In recent years, there are quite a few things that have happened within the Big Data Ecosystem. Firstly, the market got seriously crowded with big data infrastructure vendors. While open source data infrastructure (MongoDB, Apache Hadoop, Apache Kafka, etc.) emerged to provide a valid solution to big data as a problem statement, legacy data infrastructure providers (Oracle, IBM, HPE, Teradata) latched on this opportunity to provide more viable, managed offerings. These legacy players also addressed their top challenges to support new and growing requirements:
- Improved scalability
- Deeper integration with Hadoop and NoSQL
- Better performance
Secondly, this “crowding up” led to an obvious confusion among customers, amplified by the fact that big data is relatively a recent and complex technology. It’s difficult to ascertain which features really matter for certain business use cases.
The big data vendor landscape can broadly be divided into two kinds of players: the old guard (Oracle, HPE, Teradata, etc.) and the new entrants (Cloudera, Hortonworks, Pivotal, etc.).
It’s important to note here that given how new this technology is, the tradition database players (the old guard) moved very quickly to capture this area. Rightly so, as the demand for traditional database management solutions had plateaued and the advent of big data was seen as a disruption in this space. By our estimates, there are at least 50 players currently in market with enterprise-grade big data offerings.
While early days were marked by vendors adopting and offering built-to-use big data solutions, what we are currently seeing is an all-out battle between these key players. The winner can easily take it all for years to come.
Over 100,000 people subscribe to our newsletter.
See stories of Analytics and AI in your inbox.
We analysed a few big data vendors with an aim to find out what really is beneficial for customers and how each stack up. This is a qualitative comparison and the benefits of each solution might differ based on the customer’s specific use case, industry and other metrics.
Deployment model: Cloud…any cloud
Being available on cloud is a big feature. Most large vendors today have moved to cloud. Traditional players like Microsoft, Oracle, HPE Vertica and Amazon were quick to move to cloud, if not the new entrants.
What differentiates these cloud big data vendors today is being cloud agnostic. MS HDInsight is on Azure, AmazonEMR is on AWS. This is where HPE Vertica scores big.
The idea behind expanded cloud integration is to “enable users to run Vertica in the cloud, that is relevant to them, without being locked into a particular cloud.” The multi-cloud integration is in line with HPE’s strategy of helping customers accelerate their digital transformation. As part of the latest release, HPE Vertica 8 now supports Microsoft Azure Cloud and the new release also features expanded AWS support with access to S3.
On a global level, traditional database players have built custom hardware around commodity components, and core revenues are derived from huge maintenance costs. With a Draconian pricing model and the vendor lock-in period, these database giants’ supremacy is challenged by a cheaper, more cost-effective option.
Vertica has one of the most of moderately priced licenses, as compared to other players (which also require a great deal of effort in configuration). Apart from big licensing fees from other vendors, most deployments also need large teams to deploy and run. On the other hand, Vertica requires few specialists and configuration requirements can be handled by traditional developers. It’s here that HPE Vertica has made a huge play and is nipping at competitors’ heels with the the most price-effective option.
Moreover, the subscription-based model reduces the entry barrier for small players and it seems to have paid off well in India.
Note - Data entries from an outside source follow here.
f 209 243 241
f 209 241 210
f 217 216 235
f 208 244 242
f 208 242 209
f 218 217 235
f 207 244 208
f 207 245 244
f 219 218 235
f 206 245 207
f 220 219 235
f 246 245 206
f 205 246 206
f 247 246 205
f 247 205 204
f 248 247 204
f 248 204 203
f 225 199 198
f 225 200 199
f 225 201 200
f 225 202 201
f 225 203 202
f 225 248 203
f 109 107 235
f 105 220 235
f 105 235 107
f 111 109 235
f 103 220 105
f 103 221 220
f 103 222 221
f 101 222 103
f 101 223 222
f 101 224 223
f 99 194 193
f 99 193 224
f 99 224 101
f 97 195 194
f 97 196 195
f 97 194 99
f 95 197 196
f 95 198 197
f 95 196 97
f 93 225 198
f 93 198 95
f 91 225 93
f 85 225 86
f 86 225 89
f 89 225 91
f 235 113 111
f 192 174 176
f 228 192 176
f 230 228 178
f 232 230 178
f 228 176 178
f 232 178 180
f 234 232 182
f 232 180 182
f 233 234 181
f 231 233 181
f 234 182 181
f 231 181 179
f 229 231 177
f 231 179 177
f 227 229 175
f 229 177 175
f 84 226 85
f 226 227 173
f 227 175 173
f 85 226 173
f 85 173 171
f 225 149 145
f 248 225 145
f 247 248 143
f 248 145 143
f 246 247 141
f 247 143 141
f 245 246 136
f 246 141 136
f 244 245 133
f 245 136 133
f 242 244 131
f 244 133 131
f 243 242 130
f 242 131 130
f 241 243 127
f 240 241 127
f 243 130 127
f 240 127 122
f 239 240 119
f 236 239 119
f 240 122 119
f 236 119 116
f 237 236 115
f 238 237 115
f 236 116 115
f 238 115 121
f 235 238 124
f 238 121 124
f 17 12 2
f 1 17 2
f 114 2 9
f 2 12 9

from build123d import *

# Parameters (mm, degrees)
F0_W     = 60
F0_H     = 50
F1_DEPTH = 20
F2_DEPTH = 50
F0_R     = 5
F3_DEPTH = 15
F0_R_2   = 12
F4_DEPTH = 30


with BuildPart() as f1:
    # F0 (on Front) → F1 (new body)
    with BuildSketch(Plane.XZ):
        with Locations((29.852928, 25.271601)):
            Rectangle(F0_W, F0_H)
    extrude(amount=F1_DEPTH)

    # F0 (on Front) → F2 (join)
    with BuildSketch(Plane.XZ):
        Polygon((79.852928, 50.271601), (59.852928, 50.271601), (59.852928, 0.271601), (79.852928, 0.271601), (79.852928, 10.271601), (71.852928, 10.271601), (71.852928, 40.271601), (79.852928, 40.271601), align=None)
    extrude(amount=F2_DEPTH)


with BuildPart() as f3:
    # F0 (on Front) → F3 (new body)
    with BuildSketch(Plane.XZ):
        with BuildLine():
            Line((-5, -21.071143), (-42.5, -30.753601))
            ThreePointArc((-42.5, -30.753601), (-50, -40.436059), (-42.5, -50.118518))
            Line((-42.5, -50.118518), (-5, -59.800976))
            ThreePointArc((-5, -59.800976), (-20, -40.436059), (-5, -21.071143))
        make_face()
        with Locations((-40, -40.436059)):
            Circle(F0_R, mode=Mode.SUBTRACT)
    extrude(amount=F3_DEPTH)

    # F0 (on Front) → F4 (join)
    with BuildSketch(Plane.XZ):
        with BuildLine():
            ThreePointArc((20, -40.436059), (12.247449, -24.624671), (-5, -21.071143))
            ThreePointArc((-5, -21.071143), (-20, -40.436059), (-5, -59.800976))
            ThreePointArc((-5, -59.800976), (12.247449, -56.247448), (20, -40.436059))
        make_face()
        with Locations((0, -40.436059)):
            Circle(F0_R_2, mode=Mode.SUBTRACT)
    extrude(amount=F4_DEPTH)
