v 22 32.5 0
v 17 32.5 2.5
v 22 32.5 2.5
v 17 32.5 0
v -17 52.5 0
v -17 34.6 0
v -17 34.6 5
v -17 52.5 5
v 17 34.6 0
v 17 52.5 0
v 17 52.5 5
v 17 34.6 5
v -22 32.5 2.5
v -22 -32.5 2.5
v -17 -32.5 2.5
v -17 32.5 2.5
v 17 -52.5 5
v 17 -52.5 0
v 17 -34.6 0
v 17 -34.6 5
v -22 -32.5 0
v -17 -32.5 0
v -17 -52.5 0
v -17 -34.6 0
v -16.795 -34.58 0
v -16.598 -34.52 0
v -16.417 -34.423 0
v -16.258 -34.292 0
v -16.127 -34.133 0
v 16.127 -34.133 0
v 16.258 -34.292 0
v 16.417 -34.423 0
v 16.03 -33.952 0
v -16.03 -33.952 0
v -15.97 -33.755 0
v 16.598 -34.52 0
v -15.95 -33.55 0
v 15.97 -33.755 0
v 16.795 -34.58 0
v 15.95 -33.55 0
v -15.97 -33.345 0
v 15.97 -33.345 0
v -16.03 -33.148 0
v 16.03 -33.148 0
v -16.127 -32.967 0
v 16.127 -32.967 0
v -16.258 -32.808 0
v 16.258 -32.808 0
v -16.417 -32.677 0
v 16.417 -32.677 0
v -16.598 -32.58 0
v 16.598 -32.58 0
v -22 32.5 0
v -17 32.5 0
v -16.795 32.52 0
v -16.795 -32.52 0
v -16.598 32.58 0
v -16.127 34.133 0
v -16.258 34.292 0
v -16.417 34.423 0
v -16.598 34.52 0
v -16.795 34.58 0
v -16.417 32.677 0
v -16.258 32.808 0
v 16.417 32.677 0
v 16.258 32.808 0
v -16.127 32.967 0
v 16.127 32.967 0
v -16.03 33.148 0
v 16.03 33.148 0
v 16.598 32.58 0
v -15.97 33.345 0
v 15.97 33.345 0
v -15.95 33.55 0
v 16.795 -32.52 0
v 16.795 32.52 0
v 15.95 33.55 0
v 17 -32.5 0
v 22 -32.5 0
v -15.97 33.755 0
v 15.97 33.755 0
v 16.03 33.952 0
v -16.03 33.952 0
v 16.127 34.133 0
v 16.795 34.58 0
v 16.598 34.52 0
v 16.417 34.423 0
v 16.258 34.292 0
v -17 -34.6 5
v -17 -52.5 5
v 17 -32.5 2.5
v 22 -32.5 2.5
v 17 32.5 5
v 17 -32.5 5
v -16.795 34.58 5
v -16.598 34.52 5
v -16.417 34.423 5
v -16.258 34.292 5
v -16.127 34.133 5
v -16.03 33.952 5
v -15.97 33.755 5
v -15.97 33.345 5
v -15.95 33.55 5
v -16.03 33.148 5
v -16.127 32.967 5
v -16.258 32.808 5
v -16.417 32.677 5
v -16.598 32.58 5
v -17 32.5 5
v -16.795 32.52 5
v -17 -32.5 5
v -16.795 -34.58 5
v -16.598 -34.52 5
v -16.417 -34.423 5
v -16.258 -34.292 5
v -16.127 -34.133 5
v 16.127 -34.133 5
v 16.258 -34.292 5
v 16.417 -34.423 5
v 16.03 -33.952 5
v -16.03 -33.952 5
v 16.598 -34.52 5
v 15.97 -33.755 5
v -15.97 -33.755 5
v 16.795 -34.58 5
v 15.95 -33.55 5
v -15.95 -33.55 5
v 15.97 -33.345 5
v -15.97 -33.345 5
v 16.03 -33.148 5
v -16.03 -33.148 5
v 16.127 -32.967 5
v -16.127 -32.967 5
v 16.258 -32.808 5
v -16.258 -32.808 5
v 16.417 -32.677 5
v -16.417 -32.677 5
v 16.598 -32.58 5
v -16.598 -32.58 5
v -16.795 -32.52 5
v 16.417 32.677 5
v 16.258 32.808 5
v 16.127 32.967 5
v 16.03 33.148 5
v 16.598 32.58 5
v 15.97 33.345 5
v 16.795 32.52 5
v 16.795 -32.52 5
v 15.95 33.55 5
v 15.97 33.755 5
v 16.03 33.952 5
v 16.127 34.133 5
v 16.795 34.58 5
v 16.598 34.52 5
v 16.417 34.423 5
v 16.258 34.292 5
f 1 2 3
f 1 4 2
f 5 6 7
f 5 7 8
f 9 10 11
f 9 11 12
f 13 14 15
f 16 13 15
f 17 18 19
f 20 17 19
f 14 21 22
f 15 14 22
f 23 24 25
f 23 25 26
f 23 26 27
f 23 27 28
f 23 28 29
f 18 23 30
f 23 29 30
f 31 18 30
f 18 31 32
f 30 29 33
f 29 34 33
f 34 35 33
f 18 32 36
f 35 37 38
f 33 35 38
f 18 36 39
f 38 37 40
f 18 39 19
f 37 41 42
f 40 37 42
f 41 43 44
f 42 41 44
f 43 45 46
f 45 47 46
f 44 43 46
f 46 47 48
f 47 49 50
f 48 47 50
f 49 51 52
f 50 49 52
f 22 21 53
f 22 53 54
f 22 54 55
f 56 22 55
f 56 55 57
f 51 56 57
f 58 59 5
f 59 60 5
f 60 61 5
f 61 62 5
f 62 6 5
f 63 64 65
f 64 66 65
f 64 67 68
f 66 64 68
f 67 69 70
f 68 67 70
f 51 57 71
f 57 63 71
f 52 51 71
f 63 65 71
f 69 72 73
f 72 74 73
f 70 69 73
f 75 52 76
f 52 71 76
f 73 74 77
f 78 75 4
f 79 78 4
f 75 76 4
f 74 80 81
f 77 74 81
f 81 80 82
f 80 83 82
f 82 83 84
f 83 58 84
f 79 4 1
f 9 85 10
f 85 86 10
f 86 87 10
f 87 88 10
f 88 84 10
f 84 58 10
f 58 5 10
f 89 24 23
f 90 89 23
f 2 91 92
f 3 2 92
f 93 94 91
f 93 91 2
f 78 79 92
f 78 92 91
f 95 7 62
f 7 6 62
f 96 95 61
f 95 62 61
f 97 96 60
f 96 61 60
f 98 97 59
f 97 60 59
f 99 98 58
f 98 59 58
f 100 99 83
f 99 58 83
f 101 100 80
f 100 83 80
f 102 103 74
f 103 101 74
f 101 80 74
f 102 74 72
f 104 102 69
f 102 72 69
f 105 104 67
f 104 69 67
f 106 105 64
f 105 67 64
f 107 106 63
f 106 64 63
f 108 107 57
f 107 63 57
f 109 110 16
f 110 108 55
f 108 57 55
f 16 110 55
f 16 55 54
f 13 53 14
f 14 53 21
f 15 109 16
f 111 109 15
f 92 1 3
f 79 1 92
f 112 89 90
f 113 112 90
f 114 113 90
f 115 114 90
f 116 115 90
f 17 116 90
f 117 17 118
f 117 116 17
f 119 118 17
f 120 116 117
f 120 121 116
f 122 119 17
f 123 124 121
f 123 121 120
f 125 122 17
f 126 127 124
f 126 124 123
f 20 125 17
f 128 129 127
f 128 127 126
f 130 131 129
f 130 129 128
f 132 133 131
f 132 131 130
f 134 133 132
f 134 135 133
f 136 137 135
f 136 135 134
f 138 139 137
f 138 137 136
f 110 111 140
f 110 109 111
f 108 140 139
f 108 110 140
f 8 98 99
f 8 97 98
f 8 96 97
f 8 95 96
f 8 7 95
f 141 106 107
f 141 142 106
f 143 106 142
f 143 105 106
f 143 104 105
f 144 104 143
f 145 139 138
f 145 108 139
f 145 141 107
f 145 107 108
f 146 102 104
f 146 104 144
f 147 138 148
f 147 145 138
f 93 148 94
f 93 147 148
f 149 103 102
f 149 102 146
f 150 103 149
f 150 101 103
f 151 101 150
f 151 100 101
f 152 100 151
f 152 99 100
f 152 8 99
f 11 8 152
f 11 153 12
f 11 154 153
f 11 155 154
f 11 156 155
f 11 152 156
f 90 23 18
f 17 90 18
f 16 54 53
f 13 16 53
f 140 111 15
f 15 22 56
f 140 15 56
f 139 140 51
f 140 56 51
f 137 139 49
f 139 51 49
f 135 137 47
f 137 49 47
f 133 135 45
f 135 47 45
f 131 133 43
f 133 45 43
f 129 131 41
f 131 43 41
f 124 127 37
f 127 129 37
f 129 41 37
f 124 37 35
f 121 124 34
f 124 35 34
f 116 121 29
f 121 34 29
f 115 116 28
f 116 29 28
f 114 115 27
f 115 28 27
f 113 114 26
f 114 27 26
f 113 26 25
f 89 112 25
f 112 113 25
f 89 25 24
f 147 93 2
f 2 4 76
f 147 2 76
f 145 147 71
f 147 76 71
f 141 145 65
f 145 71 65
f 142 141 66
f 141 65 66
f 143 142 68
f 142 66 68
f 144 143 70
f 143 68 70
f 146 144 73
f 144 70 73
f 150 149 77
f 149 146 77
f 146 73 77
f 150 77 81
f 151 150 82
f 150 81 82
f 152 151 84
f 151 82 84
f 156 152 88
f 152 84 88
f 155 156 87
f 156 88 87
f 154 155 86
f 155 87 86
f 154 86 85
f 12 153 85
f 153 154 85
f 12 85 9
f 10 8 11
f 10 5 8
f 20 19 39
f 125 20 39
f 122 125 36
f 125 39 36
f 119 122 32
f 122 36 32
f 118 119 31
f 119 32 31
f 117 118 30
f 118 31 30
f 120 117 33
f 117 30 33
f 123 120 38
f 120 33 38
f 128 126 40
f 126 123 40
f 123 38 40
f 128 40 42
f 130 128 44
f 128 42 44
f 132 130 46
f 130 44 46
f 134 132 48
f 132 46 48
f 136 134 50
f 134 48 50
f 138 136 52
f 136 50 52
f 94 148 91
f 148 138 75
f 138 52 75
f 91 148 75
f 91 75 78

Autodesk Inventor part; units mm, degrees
ref_plane "YZ Plane" through (0, 0, 0) normal (1, 0, 0) x (0, 1, 0)
ref_plane "XZ Plane" through (0, 0, 0) normal (0, 1, 0) x (-1, 0, 0)
ref_plane "XY Plane" through (0, 0, 0) normal (0, 0, 1) x (1, 0, 0)
sketch "スケッチ1" plane through (0, 0, 0) normal (0, 0, 1) x (1, 0, 0)
  line L0 (-17, -52.5) -> (17, -52.5) construction
  line L1 (17, -52.5) -> (17, 52.5) construction
  line L2 (17, 52.5) -> (-17, 52.5) construction
  line L3 (-17, 52.5) -> (-17, -52.5) construction
  line L4 (-17, -52.5) -> (17, 52.5) construction
  line L5 (17, -52.5) -> (-17, 52.5) construction
  line L6 (-17, 34.6) -> (-17, 52.5)
  line L7 (-17, 52.5) -> (17, 52.5)
  line L8 (17, 52.5) -> (17, 34.6)
  line L9 (-17, -34.6) -> (-17, -52.5)
  line L10 (-17, -52.5) -> (17, -52.5)
  line L11 (17, -52.5) -> (17, -34.6)
  line L12 (-17, 32.5) -> (-22, 32.5)
  line L13 (-22, 32.5) -> (-22, -32.5)
  line L14 (-22, -32.5) -> (-17, -32.5)
  line L15 (17, 32.5) -> (22, 32.5)
  line L16 (22, 32.5) -> (22, -32.5)
  line L17 (22, -32.5) -> (17, -32.5)
  arc A0 (-17, 32.5) -> (-17, 34.6) centre (-17, 33.55) ccw
  arc A1 (-17, -34.6) -> (-17, -32.5) centre (-17, -33.55) ccw
  arc A2 (17, 34.6) -> (17, 32.5) centre (17, 33.55) ccw
  arc A3 (17, -32.5) -> (17, -34.6) centre (17, -33.55) ccw
  line L18 (0, 0) -> (17, 0) construction
  line L19 (0, 0) -> (0, 52.5) construction
  line L20 (-12, 42.5) -> (12, 42.5) construction
  line L21 (12, 42.5) -> (12, -42.5) construction
  line L22 (12, -42.5) -> (-12, -42.5) construction
  line L23 (-12, -42.5) -> (-12, 42.5) construction
  circle A4 centre (-12, 42.5) radius 1.2
  circle A5 centre (12, 42.5) radius 1.2
  circle A6 centre (12, -42.5) radius 1.2
  circle A7 centre (-12, -42.5) radius 1.2
  point P0 (0, 42.5)
  point P1 (0, 0)
  dimension "d87" = 1.05
  dimension "d88" = 105
  dimension "d89" = 5
  dimension "d90" = 20
  dimension "d91" = 34
  dimension "d92" = 2.4
  dimension "d93" = 5
  dimension "d94" = 10
  dimension "d95" = 10
extrude "押し出し1" add sketch "スケッチ1" along normal blind 5
sketch "スケッチ2" plane through (0, 0, 5) normal (0, 0, 1) x (1, 0, 0)
  line L0 (-17, 52.5) -> (-17, 34.6) projected
  line L1 (17, 34.6) -> (17, 52.5) projected
  line L2 (-40.5884, 60.19) -> (-17, 60.19)
  line L3 (-17, 60.19) -> (-17, -101.7483)
  line L4 (-17, -101.7483) -> (-40.5884, -101.7483)
  line L5 (-40.5884, -101.7483) -> (-40.5884, 60.19)
  line L6 (53.5752, 90.4043) -> (17, 90.4043)
  line L7 (17, 90.4043) -> (17, -93.5321)
  line L8 (17, -93.5321) -> (53.5752, -93.5321)
  line L9 (53.5752, -93.5321) -> (53.5752, 90.4043)
  point P0 (0, 0)
extrude "押し出し2" cut sketch "スケッチ2" against normal blind 2.5
sketch "スケッチ4" plane through (0, 0, 5) normal (0, 0, 1) x (1, 0, 0)
  circle A0 centre (-12, -42.5) radius 1.2 projected
  circle A1 centre (-12, -42.5) radius 1.2
  circle A2 centre (12, -42.5) radius 1.2 projected
  circle A3 centre (12, -42.5) radius 1.2
  circle A4 centre (-12, 42.5) radius 1.2 projected
  circle A5 centre (-12, 42.5) radius 1.2
  circle A6 centre (12, 42.5) radius 1.2 projected
  circle A7 centre (12, 42.5) radius 1.2
  point P0 (0, 0)
extrude "押し出し4" add sketch "スケッチ4" against normal up to surface (5 mm away)
equation "\"d88\" = d83"
equation "\"d90\" = d84"
equation "\"d83\" = 105"
equation "\"d84\" = 20"
properties part number "コックピット_2_サブフレーム_5" material "アセタール樹脂、黒"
This allows SMBs to adopt the platform by paying a lesser amount upfront, and not worry about “vendor lock-in.”
Cross-platform big data tools score higher here. And this is where most players falter. New entrants like Cloudera and Hortonworks are tied closely with Hadoop. Databricks is Spark. Vertica 8, on the other hand, has extensive integrations to Apache Spark, HDFS and Kafka as well, which means that customers can analyse data as it is without transforming or moving it.
Vertica is packed with built-in prediction modelling, sentiment and geospatial analytical capabilities that gives it an edge over other competitors. As part of the latest release, Vertica also has support for native machine-learning algorithms. Under the new release, for in-database machine learning, the parallel machine learning algorithms have been brought inside Vertica, so that users can effectively analyse data and make predictions without exporting it out of Vertica. Most platforms today do not offer a built-in data science capabilities.
Here are our final thoughts. If you are looking at sheer number-crunching ability of heavy data sets and prefer a SQL database, go for Vertica—as data loads quickly and is best for heavy-duty queries. In many ways, Vertica can be utilized for small and big enterprises alike and it is best for intensive business intelligence. If you want a true columnar storage option, Vertica also has the best analytics platform capabilities, so it is the ideal fit.
Now, with data management headed for the cloud, the DB wars will now be fought in the cloud rather than on premise. Competitors such as Amazon Redshift, Cloudera and Snowflake Computing offer more cloud elasticity.
No matter where we stand today, the course from here on would decide much of big data’s future. Very soon, other players would adopt these features and be competition ready. The space itself might see changes, given all the technological advancement that’s happening so quickly with big data. There’s no clear winner as of now, but that might change very soon.